■ **ACTION ITEM**: Retype, exactly as they appear below, the lines between the line holding "e7 v8 v7 LINE" and the line holding "v12 (-279.4,138.1125,0)", both ends included.

■ **Collected data entries**:
Start of Block

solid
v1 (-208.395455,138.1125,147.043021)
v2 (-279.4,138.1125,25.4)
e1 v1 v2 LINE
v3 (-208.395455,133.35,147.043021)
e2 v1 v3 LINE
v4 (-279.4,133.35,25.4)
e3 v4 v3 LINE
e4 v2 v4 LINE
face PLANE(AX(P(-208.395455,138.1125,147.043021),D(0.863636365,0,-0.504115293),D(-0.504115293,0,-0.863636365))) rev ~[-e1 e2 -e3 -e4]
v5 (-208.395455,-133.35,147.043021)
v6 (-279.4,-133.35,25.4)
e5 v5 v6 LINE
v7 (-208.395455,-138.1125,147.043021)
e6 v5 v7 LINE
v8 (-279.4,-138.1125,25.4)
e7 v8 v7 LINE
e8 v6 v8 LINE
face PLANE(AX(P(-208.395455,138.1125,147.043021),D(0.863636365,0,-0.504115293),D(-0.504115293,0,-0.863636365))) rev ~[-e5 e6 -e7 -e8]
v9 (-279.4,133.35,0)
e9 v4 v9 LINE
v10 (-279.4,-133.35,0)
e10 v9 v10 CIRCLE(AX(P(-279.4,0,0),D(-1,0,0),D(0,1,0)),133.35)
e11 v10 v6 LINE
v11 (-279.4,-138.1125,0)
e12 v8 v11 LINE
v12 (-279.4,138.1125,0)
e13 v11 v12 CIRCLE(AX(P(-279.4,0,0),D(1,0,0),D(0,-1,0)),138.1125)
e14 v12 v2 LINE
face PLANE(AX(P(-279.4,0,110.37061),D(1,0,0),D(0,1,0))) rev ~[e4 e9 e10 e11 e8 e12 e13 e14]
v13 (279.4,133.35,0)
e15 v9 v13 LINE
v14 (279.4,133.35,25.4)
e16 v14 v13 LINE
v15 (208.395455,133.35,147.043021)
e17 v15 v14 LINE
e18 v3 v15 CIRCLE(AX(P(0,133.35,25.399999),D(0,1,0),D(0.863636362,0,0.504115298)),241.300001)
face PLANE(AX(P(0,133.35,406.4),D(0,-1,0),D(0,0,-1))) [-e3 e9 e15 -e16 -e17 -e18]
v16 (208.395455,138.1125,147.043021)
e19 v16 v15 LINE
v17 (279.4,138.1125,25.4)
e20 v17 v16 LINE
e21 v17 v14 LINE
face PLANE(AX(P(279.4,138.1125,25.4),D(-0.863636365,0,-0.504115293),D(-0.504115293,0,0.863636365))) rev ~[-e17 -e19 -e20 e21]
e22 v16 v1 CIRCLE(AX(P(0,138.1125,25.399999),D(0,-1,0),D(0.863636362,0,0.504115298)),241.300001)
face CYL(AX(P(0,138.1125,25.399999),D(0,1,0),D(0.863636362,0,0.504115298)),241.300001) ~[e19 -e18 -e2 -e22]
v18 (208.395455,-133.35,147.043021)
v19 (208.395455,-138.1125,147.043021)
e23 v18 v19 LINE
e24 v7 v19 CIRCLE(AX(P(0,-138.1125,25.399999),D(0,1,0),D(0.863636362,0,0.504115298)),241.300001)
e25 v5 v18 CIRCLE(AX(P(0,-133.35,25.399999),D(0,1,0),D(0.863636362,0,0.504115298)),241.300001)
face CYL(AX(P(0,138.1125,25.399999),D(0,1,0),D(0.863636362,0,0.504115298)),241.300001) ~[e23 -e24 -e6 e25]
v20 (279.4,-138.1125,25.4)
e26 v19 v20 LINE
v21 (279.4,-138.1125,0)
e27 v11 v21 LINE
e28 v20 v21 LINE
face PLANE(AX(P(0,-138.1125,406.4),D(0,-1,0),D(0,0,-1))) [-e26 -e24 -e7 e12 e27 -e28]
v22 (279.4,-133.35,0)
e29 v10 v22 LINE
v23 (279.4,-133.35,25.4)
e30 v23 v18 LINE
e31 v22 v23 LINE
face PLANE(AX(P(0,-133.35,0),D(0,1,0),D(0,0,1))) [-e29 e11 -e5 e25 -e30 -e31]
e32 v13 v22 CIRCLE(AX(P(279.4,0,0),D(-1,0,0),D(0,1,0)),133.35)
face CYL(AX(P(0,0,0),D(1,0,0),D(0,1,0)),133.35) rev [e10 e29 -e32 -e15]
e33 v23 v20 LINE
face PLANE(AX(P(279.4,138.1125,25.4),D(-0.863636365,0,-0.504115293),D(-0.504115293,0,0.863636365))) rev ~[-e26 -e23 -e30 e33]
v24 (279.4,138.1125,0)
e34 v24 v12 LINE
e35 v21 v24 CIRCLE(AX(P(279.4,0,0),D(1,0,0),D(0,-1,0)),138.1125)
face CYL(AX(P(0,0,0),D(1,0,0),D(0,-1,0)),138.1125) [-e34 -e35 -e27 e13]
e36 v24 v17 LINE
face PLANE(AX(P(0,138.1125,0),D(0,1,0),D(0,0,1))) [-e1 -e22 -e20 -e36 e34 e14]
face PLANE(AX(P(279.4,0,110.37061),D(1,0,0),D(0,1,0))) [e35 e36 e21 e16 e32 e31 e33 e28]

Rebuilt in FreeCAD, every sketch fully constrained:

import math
import FreeCAD as App
import Part
import Sketcher

V = App.Vector
Q = App.Units.Quantity

doc = App.newDocument("Part")
body = doc.addObject("PartDesign::Body", "Body")

# Sketch on YZ plane
sketch1 = body.newObject("Sketcher::SketchObject", "Sketch")
sketch1.AttachmentSupport = (doc.getObject("YZ_Plane"), [""])
sketch1.MapMode = "FlatFace"
sketch1.addGeometry([
    Part.LineSegment(V(133.3, 406.4, 0), V(133.3, 0, 0)),  # 0
    Part.ArcOfCircle(Part.Circle(V(0, 0, 0), V(0, 0, 1), 133.3), math.radians(180), math.radians(360)),  # 1
    Part.LineSegment(V(-133.3, 0, 0), V(-133.3, 406.4, 0)),  # 2
    Part.LineSegment(V(-133.3, 406.4, 0), V(-138.1, 406.4, 0)),  # 3
    Part.LineSegment(V(-138.1, 406.4, 0), V(-138.1, 0, 0)),  # 4
    Part.ArcOfCircle(Part.Circle(V(0, 0, 0), V(0, 0, 1), 138.1), math.radians(180), math.radians(360)),  # 5
    Part.LineSegment(V(138.1, 0, 0), V(138.1, 406.4, 0)),  # 6
    Part.LineSegment(V(138.1, 406.4, 0), V(133.3, 406.4, 0)),  # 7
], False)
sketch1.addConstraint([
    Sketcher.Constraint("Tangent", 0, 2, 1, 2),
    Sketcher.Constraint("Tangent", 1, 1, 2, 1),
    Sketcher.Constraint("Coincident", 2, 2, 3, 1),
    Sketcher.Constraint("Coincident", 3, 2, 4, 1),
    Sketcher.Constraint("Tangent", 4, 2, 5, 1),
    Sketcher.Constraint("Tangent", 5, 2, 6, 1),
    Sketcher.Constraint("Coincident", 6, 2, 7, 1),
    Sketcher.Constraint("Coincident", 7, 2, 0, 1),
    Sketcher.Constraint("Vertical", 0),
    Sketcher.Constraint("Vertical", 2),
    Sketcher.Constraint("Horizontal", 3),
    Sketcher.Constraint("Vertical", 4),
    Sketcher.Constraint("Vertical", 6),
    Sketcher.Constraint("Horizontal", 7),
    Sketcher.Constraint("Coincident", 1, 3, -1, 1),
    Sketcher.Constraint("Coincident", 5, 3, -1, 1),
    Sketcher.Constraint("Horizontal", 3, 2, 6, 2),
    Sketcher.Constraint("DistanceY", 0, 2, 0, 1, Q("16 in")),
    Sketcher.Constraint("Radius", 1, Q("5.25 in")),
    Sketcher.Constraint("Radius", 5, Q("5.4375 in")),
])
pad1 = body.newObject("PartDesign::Pad", "Pad")
pad1.Profile = sketch1
pad1.Length = Q("22 in")
pad1.Midplane = True

# Sketch on XZ plane
sketch2 = body.newObject("Sketcher::SketchObject", "Sketch001")
sketch2.AttachmentSupport = (doc.getObject("XZ_Plane"), [""])
sketch2.MapMode = "FlatFace"
sketch2.AttachmentOffset = App.Placement(V(0, 0, -5.4375 * 25.4), App.Rotation())
sketch2.addGeometry([
    Part.ArcOfCircle(Part.Circle(V(0, 25, 0), V(0, 0, 1), 241), math.radians(30), math.radians(150)),  # 0
    Part.LineSegment(V(-208, 147, 0), V(-279, 25, 0)),  # 1
    Part.LineSegment(V(-279, 25, 0), V(-279, 406, 0)),  # 2
    Part.LineSegment(V(-279, 406, 0), V(279, 406, 0)),  # 3
    Part.LineSegment(V(279, 406, 0), V(279, 25, 0)),  # 4
    Part.LineSegment(V(279, 25, 0), V(208, 147, 0)),  # 5
], False)
sketch2.addConstraint([
    Sketcher.Constraint("Tangent", 0, 2, 1, 1),
    Sketcher.Constraint("Coincident", 1, 2, 2, 1),
    Sketcher.Constraint("Coincident", 2, 2, 3, 1),
    Sketcher.Constraint("Coincident", 3, 2, 4, 1),
    Sketcher.Constraint("Coincident", 4, 2, 5, 1),
    Sketcher.Constraint("Tangent", 5, 2, 0, 1),
    Sketcher.Constraint("Vertical", 2),
    Sketcher.Constraint("Horizontal", 3),
    Sketcher.Constraint("Vertical", 4),
    Sketcher.Constraint("Symmetric", 1, 2, 4, 2, -2),
    Sketcher.Constraint("PointOnObject", 0, 3, -2),
    Sketcher.Constraint("Horizontal", 0, 3, 1, 2),
    Sketcher.Constraint("Radius", 0, Q("9.5 in")),
    Sketcher.Constraint("DistanceX", 3, 1, 3, 2, Q("22 in")),
    Sketcher.Constraint("DistanceY", 2, 1, 2, 2, Q("15 in")),
    Sketcher.Constraint("DistanceY", -1, 1, 0, 3, Q("1 in")),
])
pocket1 = body.newObject("PartDesign::Pocket", "Pocket")
pocket1.Profile = sketch2
pocket1.Type = "ThroughAll"
pocket1.Reversed = True

doc.recompute()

End of Block

■ **PROBLEM SOLUTION**:
e7 v8 v7 LINE
e8 v6 v8 LINE
face PLANE(AX(P(-208.395455,138.1125,147.043021),D(0.863636365,0,-0.504115293),D(-0.504115293,0,-0.863636365))) rev ~[-e5 e6 -e7 -e8]
v9 (-279.4,133.35,0)
e9 v4 v9 LINE
v10 (-279.4,-133.35,0)
e10 v9 v10 CIRCLE(AX(P(-279.4,0,0),D(-1,0,0),D(0,1,0)),133.35)
e11 v10 v6 LINE
v11 (-279.4,-138.1125,0)
e12 v8 v11 LINE
v12 (-279.4,138.1125,0)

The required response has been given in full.